**Exercise requirements:** After finding the line containing "Line((5.42573597, 3.863171405), (8.75577951, 7.193214945))" below, please output that line and each following one through the line containing "10.058323491), (12.699846982, 10.566399977))", exactly as written.

**Records supplied:**

⟨

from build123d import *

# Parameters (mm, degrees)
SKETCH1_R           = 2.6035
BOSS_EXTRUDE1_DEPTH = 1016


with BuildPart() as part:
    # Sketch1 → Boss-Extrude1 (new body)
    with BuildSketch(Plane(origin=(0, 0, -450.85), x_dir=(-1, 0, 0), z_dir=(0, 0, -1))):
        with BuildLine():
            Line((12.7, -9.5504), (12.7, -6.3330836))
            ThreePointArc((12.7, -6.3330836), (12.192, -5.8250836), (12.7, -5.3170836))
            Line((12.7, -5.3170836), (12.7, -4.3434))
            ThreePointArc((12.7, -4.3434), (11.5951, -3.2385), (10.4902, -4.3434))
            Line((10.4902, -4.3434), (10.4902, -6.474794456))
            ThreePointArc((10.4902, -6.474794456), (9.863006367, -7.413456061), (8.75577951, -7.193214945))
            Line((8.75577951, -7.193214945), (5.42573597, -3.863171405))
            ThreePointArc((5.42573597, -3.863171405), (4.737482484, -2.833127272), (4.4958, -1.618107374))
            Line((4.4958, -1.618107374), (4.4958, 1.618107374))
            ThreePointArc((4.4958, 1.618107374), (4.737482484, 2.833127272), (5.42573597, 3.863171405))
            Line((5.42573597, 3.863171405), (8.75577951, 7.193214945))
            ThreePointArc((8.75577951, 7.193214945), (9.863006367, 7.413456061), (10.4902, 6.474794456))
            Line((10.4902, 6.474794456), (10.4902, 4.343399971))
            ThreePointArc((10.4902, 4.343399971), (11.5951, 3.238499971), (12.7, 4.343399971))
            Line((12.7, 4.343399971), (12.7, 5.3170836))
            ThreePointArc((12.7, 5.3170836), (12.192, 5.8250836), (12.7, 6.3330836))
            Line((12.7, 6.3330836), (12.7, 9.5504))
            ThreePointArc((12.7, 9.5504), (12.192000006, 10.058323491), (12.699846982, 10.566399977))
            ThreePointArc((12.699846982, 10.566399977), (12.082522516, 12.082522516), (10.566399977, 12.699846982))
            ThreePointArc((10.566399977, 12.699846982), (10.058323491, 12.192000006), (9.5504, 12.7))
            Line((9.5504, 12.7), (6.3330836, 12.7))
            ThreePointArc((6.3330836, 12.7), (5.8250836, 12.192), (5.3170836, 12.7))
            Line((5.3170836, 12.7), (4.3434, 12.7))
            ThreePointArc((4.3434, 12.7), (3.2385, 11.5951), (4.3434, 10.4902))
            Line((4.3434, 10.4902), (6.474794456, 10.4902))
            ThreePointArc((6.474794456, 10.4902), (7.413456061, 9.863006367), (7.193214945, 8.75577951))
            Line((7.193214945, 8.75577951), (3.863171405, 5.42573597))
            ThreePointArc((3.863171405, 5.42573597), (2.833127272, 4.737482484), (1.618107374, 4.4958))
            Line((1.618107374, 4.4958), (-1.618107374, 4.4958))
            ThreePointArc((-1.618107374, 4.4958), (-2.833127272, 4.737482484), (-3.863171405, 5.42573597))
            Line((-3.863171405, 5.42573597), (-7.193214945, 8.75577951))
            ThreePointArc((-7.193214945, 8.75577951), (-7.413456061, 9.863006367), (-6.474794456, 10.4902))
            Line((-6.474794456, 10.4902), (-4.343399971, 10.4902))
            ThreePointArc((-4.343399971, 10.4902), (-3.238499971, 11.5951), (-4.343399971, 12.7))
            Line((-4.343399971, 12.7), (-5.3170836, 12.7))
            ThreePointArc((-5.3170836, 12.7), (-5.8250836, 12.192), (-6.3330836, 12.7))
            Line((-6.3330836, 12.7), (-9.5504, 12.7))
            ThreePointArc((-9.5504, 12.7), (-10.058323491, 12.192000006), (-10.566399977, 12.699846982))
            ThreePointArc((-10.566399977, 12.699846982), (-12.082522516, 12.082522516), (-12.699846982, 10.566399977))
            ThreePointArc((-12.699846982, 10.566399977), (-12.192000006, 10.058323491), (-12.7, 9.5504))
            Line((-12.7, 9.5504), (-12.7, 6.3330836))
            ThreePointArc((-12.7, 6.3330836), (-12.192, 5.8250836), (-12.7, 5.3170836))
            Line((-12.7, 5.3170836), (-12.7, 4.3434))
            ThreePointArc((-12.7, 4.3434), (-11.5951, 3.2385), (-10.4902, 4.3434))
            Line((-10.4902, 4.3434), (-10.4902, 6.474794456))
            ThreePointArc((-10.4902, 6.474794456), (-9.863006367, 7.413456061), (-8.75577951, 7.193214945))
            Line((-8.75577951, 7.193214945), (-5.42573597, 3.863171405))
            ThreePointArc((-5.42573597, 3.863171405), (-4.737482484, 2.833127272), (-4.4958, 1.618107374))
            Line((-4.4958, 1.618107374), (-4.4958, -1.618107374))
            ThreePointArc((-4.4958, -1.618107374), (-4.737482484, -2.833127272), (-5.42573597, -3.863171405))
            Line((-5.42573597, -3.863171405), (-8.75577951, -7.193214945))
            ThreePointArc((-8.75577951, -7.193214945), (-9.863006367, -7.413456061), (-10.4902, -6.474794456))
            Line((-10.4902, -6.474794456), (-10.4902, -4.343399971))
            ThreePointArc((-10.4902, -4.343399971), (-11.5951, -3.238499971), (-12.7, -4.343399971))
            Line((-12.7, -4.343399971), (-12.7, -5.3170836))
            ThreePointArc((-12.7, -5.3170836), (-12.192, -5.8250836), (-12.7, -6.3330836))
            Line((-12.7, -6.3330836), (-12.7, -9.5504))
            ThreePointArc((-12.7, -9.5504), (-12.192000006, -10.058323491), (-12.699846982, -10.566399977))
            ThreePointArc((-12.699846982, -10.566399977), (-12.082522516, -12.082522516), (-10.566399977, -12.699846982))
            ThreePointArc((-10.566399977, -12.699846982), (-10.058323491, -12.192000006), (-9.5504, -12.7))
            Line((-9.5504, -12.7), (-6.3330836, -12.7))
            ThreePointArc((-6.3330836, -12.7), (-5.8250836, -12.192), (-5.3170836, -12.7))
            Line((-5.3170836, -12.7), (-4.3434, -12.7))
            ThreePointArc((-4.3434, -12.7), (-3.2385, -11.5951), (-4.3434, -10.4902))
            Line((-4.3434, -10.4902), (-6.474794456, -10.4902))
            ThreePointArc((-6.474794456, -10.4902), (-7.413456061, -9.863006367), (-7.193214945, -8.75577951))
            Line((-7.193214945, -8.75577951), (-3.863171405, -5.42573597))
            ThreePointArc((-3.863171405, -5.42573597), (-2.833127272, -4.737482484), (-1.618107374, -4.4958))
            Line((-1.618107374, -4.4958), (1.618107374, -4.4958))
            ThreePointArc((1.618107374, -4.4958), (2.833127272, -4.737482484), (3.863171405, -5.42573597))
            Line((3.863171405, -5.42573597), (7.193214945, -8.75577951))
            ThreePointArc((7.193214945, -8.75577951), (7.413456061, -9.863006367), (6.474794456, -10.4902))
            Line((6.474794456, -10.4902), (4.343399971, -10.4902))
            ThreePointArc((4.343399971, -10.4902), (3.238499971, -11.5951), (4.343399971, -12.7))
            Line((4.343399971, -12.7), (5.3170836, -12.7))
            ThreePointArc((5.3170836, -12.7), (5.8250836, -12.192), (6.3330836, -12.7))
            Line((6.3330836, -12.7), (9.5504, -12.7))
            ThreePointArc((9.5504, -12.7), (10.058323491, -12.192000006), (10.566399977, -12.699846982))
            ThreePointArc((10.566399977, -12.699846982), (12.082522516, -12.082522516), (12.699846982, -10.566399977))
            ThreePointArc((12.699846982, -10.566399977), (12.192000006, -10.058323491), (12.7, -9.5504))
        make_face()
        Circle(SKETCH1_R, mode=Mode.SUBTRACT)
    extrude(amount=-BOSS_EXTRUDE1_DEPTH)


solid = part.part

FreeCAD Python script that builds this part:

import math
import FreeCAD as App
import Part
import Sketcher

V = App.Vector
Q = App.Units.Quantity

doc = App.newDocument("Part")
body = doc.addObject("PartDesign::Body", "Body")

sketch1 = doc.addObject("Sketcher::SketchObject", "Sketch")
body.addObject(sketch1)
sketch1.AttachmentSupport = (doc.XY_Plane, [""])
sketch1.MapMode = "FlatFace"
sketch1.AttachmentOffset = App.Placement(V(0, 0, -17.75 * 25.4), App.Rotation())
sketch1.addGeometry([
    Part.LineSegment(V(-12.7, -9.5504, 0), V(-12.7, -6.333084, 0)),
    Part.ArcOfCircle(Part.Circle(V(-12.7, -5.825084, 0), V(0, 0, 1), 0.508), math.radians(-90), math.radians(90)),
    Part.LineSegment(V(-12.7, -5.317084, 0), V(-12.7, -4.3434, 0)),
    Part.ArcOfCircle(Part.Circle(V(-11.5951, -4.3434, 0), V(0, 0, 1), 1.1049), math.radians(0), math.radians(180)),
    Part.LineSegment(V(-10.4902, -4.3434, 0), V(-10.4902, -6.474794, 0)),
    Part.ArcOfCircle(Part.Circle(V(-9.4742, -6.474794, 0), V(0, 0, 1), 1.016), math.radians(180), math.radians(315)),
    Part.LineSegment(V(-8.75578, -7.193215, 0), V(-5.425736, -3.863171, 0)),
    Part.ArcOfCircle(Part.Circle(V(-7.6708, -1.618107, 0), V(0, 0, 1), 3.175), math.radians(-45), math.radians(0)),
    Part.LineSegment(V(-4.4958, -1.618107, 0), V(-4.4958, 1.618107, 0)),
    Part.ArcOfCircle(Part.Circle(V(-7.6708, 1.618107, 0), V(0, 0, 1), 3.175), math.radians(0), math.radians(45)),
    Part.LineSegment(V(-5.425736, 3.863171, 0), V(-8.75578, 7.193215, 0)),
    Part.ArcOfCircle(Part.Circle(V(-9.4742, 6.474794, 0), V(0, 0, 1), 1.016), math.radians(45), math.radians(180)),
    Part.LineSegment(V(-10.4902, 6.474794, 0), V(-10.4902, 4.3434, 0)),
    Part.ArcOfCircle(Part.Circle(V(-11.5951, 4.3434, 0), V(0, 0, 1), 1.1049), math.radians(180), math.radians(360)),
    Part.LineSegment(V(-12.7, 4.3434, 0), V(-12.7, 5.317084, 0)),
    Part.ArcOfCircle(Part.Circle(V(-12.7, 5.825084, 0), V(0, 0, 1), 0.508), math.radians(-90), math.radians(90)),
    Part.LineSegment(V(-12.7, 6.333084, 0), V(-12.7, 9.5504, 0)),
    Part.ArcOfCircle(Part.Circle(V(-12.7, 10.0584, 0), V(0, 0, 1), 0.508), math.radians(-90), math.radians(89.982742)),
    Part.ArcOfCircle(Part.Circle(V(-10.5918, 10.5918, 0), V(0, 0, 1), 2.1082), math.radians(89.309672), math.radians(180.690328)),
    Part.ArcOfCircle(Part.Circle(V(-10.0584, 12.7, 0), V(0, 0, 1), 0.508), math.radians(-179.982742), math.radians(0)),
    Part.LineSegment(V(-9.5504, 12.7, 0), V(-6.333084, 12.7, 0)),
    Part.ArcOfCircle(Part.Circle(V(-5.825084, 12.7, 0), V(0, 0, 1), 0.508), math.radians(180), math.radians(360)),
    Part.LineSegment(V(-5.317084, 12.7, 0), V(-4.3434, 12.7, 0)),
    Part.ArcOfCircle(Part.Circle(V(-4.3434, 11.5951, 0), V(0, 0, 1), 1.1049), math.radians(-90), math.radians(90)),
    Part.LineSegment(V(-4.3434, 10.4902, 0), V(-6.474794, 10.4902, 0)),
    Part.ArcOfCircle(Part.Circle(V(-6.474794, 9.4742, 0), V(0, 0, 1), 1.016), math.radians(90), math.radians(225)),
    Part.LineSegment(V(-7.193215, 8.75578, 0), V(-3.863171, 5.425736, 0)),
    Part.ArcOfCircle(Part.Circle(V(-1.618107, 7.6708, 0), V(0, 0, 1), 3.175), math.radians(-135), math.radians(-90)),
    Part.LineSegment(V(-1.618107, 4.4958, 0), V(1.618107, 4.4958, 0)),
    Part.ArcOfCircle(Part.Circle(V(1.618107, 7.6708, 0), V(0, 0, 1), 3.175), math.radians(-90), math.radians(-45)),
    Part.LineSegment(V(3.863171, 5.425736, 0), V(7.193215, 8.75578, 0)),
    Part.ArcOfCircle(Part.Circle(V(6.474794, 9.4742, 0), V(0, 0, 1), 1.016), math.radians(-45), math.radians(90)),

⟩

**Solution below:**
            Line((5.42573597, 3.863171405), (8.75577951, 7.193214945))
            ThreePointArc((8.75577951, 7.193214945), (9.863006367, 7.413456061), (10.4902, 6.474794456))
            Line((10.4902, 6.474794456), (10.4902, 4.343399971))
            ThreePointArc((10.4902, 4.343399971), (11.5951, 3.238499971), (12.7, 4.343399971))
            Line((12.7, 4.343399971), (12.7, 5.3170836))
            ThreePointArc((12.7, 5.3170836), (12.192, 5.8250836), (12.7, 6.3330836))
            Line((12.7, 6.3330836), (12.7, 9.5504))
            ThreePointArc((12.7, 9.5504), (12.192000006, 10.058323491), (12.699846982, 10.566399977))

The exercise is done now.